After that we will move to the recent results of Harz, Shcherbina and Tomassini who were interested when smooth bounded psh function cannot separate point on a domain \(\Omega\) in \(\mathbb C^n\)$. For this they introduced the notion of the core that is the set of points \(z\) in \(\Omega\) where there is no a smooth bounded psh function strictly psh near \(z\). As it happens all bounded psh functions are constant on this set but it can be very wild.
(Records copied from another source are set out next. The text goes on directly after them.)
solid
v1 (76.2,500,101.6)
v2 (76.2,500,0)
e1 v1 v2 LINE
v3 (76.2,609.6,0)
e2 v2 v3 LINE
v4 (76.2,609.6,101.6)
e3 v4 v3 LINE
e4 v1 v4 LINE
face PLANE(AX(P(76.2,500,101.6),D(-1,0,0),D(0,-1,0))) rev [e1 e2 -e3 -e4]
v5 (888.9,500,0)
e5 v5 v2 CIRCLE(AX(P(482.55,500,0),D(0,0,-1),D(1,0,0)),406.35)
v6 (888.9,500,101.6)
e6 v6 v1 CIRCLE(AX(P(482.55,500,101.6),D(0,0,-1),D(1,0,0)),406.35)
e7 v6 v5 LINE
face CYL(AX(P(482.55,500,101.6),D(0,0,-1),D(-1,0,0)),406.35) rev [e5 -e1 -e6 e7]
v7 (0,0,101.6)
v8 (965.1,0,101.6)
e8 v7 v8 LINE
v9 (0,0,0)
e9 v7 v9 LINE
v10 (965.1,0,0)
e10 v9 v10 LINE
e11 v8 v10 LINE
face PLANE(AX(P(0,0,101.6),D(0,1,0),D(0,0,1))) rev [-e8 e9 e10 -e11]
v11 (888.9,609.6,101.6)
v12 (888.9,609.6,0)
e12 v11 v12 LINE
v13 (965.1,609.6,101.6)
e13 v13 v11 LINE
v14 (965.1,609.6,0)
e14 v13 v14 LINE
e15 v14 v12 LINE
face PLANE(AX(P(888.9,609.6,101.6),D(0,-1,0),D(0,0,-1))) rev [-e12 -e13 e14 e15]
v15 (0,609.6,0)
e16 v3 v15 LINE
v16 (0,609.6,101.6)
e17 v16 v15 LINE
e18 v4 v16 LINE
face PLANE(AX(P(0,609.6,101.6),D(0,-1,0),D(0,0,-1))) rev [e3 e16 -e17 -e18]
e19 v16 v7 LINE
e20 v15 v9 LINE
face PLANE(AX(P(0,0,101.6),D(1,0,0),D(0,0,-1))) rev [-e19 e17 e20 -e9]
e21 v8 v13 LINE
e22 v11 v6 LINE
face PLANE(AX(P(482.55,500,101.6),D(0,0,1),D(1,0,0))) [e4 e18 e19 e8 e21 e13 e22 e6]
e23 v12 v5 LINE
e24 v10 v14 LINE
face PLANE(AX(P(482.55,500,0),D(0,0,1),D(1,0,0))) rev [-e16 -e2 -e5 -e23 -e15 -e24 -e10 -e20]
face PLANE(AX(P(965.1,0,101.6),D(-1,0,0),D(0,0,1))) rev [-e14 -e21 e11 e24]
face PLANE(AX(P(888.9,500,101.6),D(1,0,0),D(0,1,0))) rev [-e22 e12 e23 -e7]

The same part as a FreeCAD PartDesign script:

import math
import FreeCAD as App
import Part
import Sketcher

doc = App.newDocument("Part")
body = doc.addObject("PartDesign::Body", "Body")

sketch1 = doc.addObject("Sketcher::SketchObject", "Sketch")
body.addObject(sketch1)
sketch1.AttachmentSupport = (doc.XY_Plane, [""])
sketch1.MapMode = "FlatFace"
sketch1.addGeometry(Part.LineSegment(App.Vector(76, 500, 0), App.Vector(76, 610, 0)), False)
sketch1.addGeometry(Part.LineSegment(App.Vector(76, 610, 0), App.Vector(0, 610, 0)), False)
sketch1.addGeometry(Part.LineSegment(App.Vector(0, 610, 0), App.Vector(0, 0, 0)), False)
sketch1.addGeometry(Part.LineSegment(App.Vector(0, 0, 0), App.Vector(965, 0, 0)), False)
sketch1.addGeometry(Part.LineSegment(App.Vector(965, 0, 0), App.Vector(965, 610, 0)), False)
sketch1.addGeometry(Part.LineSegment(App.Vector(965, 610, 0), App.Vector(889, 610, 0)), False)
sketch1.addGeometry(Part.LineSegment(App.Vector(889, 610, 0), App.Vector(889, 500, 0)), False)
sketch1.addGeometry(Part.ArcOfCircle(Part.Circle(App.Vector(483, 500, 0), App.Vector(0, 0, 1), 406), math.radians(180), math.radians(360)), False)
sketch1.addConstraint(Sketcher.Constraint("Coincident", 0, 2, 1, 1))
sketch1.addConstraint(Sketcher.Constraint("Coincident", 1, 2, 2, 1))
sketch1.addConstraint(Sketcher.Constraint("Coincident", 2, 2, 3, 1))
sketch1.addConstraint(Sketcher.Constraint("Coincident", 3, 2, 4, 1))
sketch1.addConstraint(Sketcher.Constraint("Coincident", 4, 2, 5, 1))
sketch1.addConstraint(Sketcher.Constraint("Coincident", 5, 2, 6, 1))
sketch1.addConstraint(Sketcher.Constraint("Tangent", 6, 2, 7, 2))
sketch1.addConstraint(Sketcher.Constraint("Tangent", 7, 1, 0, 1))
sketch1.addConstraint(Sketcher.Constraint("Vertical", 0))
sketch1.addConstraint(Sketcher.Constraint("Horizontal", 1))
sketch1.addConstraint(Sketcher.Constraint("Vertical", 2))
sketch1.addConstraint(Sketcher.Constraint("Horizontal", 3))
sketch1.addConstraint(Sketcher.Constraint("Vertical", 4))
sketch1.addConstraint(Sketcher.Constraint("Horizontal", 5))
sketch1.addConstraint(Sketcher.Constraint("Vertical", 6))
sketch1.addConstraint(Sketcher.Constraint("Coincident", 2, 2, -1, 1))
sketch1.addConstraint(Sketcher.Constraint("Horizontal", 1, 2, 4, 2))
sketch1.addConstraint(Sketcher.Constraint("Equal", 1, 5))
sketch1.addConstraint(Sketcher.Constraint("Radius", 7, 406.35))
sketch1.addConstraint(Sketcher.Constraint("DistanceX", 1, 2, 1, 1, 76.2))
sketch1.addConstraint(Sketcher.Constraint("DistanceY", 0, 1, 0, 2, 109.6))
sketch1.addConstraint(Sketcher.Constraint("DistanceY", 2, 2, 2, 1, 609.6))
pad1 = doc.addObject("PartDesign::Pad", "Pad")
body.addObject(pad1)
pad1.Profile = sketch1
pad1.Length = 101.6

doc.recompute()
The rest of the talk will be devoted to the HShchT-problem for general psh functions. There the core is related to the Green function and some other objects. You will not be bored.

### Séverine Biard: Estimates for the complex Green operator on CR submanifolds of hypersurface type: Symmetry and Interpolation.

**Friday, 16. June, 10:00-11:30, Tgv227 in Tæknigarður. **

Abstract: Although the complex Green operator on CR submanifolds of hypersurface type is naturally compared to the $\bar\partial$-Neumann operator on pseudoconvex domains,

some of its properties differ. Mainly, compactness estimates hold for forms of symmetric bidegrees but those estimates do not percolate up the tangential \(\bar\partial\)-complex. However, in a joint work with E. Straube, we prove a result of interpolation of compactness estimates for the complex Green operator, giving an alternative to the percolation. We also show that Sobolev estimates hold for forms of symmetric bidegrees.

### Jón Ingólfur Magnússon: Intersection Theory on Complex Manifolds

**Tuesday, 11. April, 15:00-16:00, Tgv227 in Tæknigarður. **

### Jón Ingólfur Magnússon: Intersection Theory on Complex Manifolds

**Wednesday, 5. April, 10:00-11:30, Tgv227 in Tæknigarður. **

### Jón Ingólfur Magnússon: Intersection Theory on Complex Manifolds

**Wednesday, 29. March, 10:00-11:30, Tgv227 in Tæknigarður. **

### Jón Ingólfur Magnússon: Intersection Theory on Complex Manifolds

**Wednesday, 22. March, 10:00-11:30, Tgv227 in Tæknigarður. **

### Jón Ingólfur Magnússon: Intersection Theory on Complex Manifolds

**Wednesday, 15. March, 10:00-11:30, Tgv227 in Tæknigarður. **

### Jón Ingólfur Magnússon: Intersection Theory on Complex Manifolds

**Wednesday, 8. March, 10:00-11:30, Tgv227 in Tæknigarður. **

### Jón Ingólfur Magnússon: Intersection Theory on Complex Manifolds

**Wednesday, 1. March, 11:40-12:40, Tgv227 in Tæknigarður. **

### Jón Ingólfur Magnússon: Intersection Theory on Complex Manifolds

**Wednesday, 22. February, 11:40-12:40, Tgv227 in Tæknigarður. **

### Jón Ingólfur Magnússon: Intersection Theory on Complex Manifolds

**Friday, 17. February, 14:00-15:30, Tgv227 in Tæknigarður. **

### Severine Biard: Compactness estimates for the complex Green operator

**Friday, 13. January, 10:00-11:30, Tgv227 in Tæknigarður. **

Abstract: I will talk about a sufficient condition, denoted \((P_q)\) for the compactness of the complex Green operator of (for smooth pseudoconvex compact CR submanifolds of hypersurface type. I will give the idea of the proof as well.

### Sylvain Arguillère: Sub-riemannian geometry and connections with CR geometry

**Friday, 6. January, 10:00-11:30, Tgv227 in Tæknigarður. **

Abstract: Sub-Riemannian geometry is the study of non-holonomic constraints in sub-Riemannian manifolds. I will give a brief overview of the main results of sub-Riemannian geometry, while establishing links with CR manifolds of hyper surface type and the \(\overline \partial_b\) operator.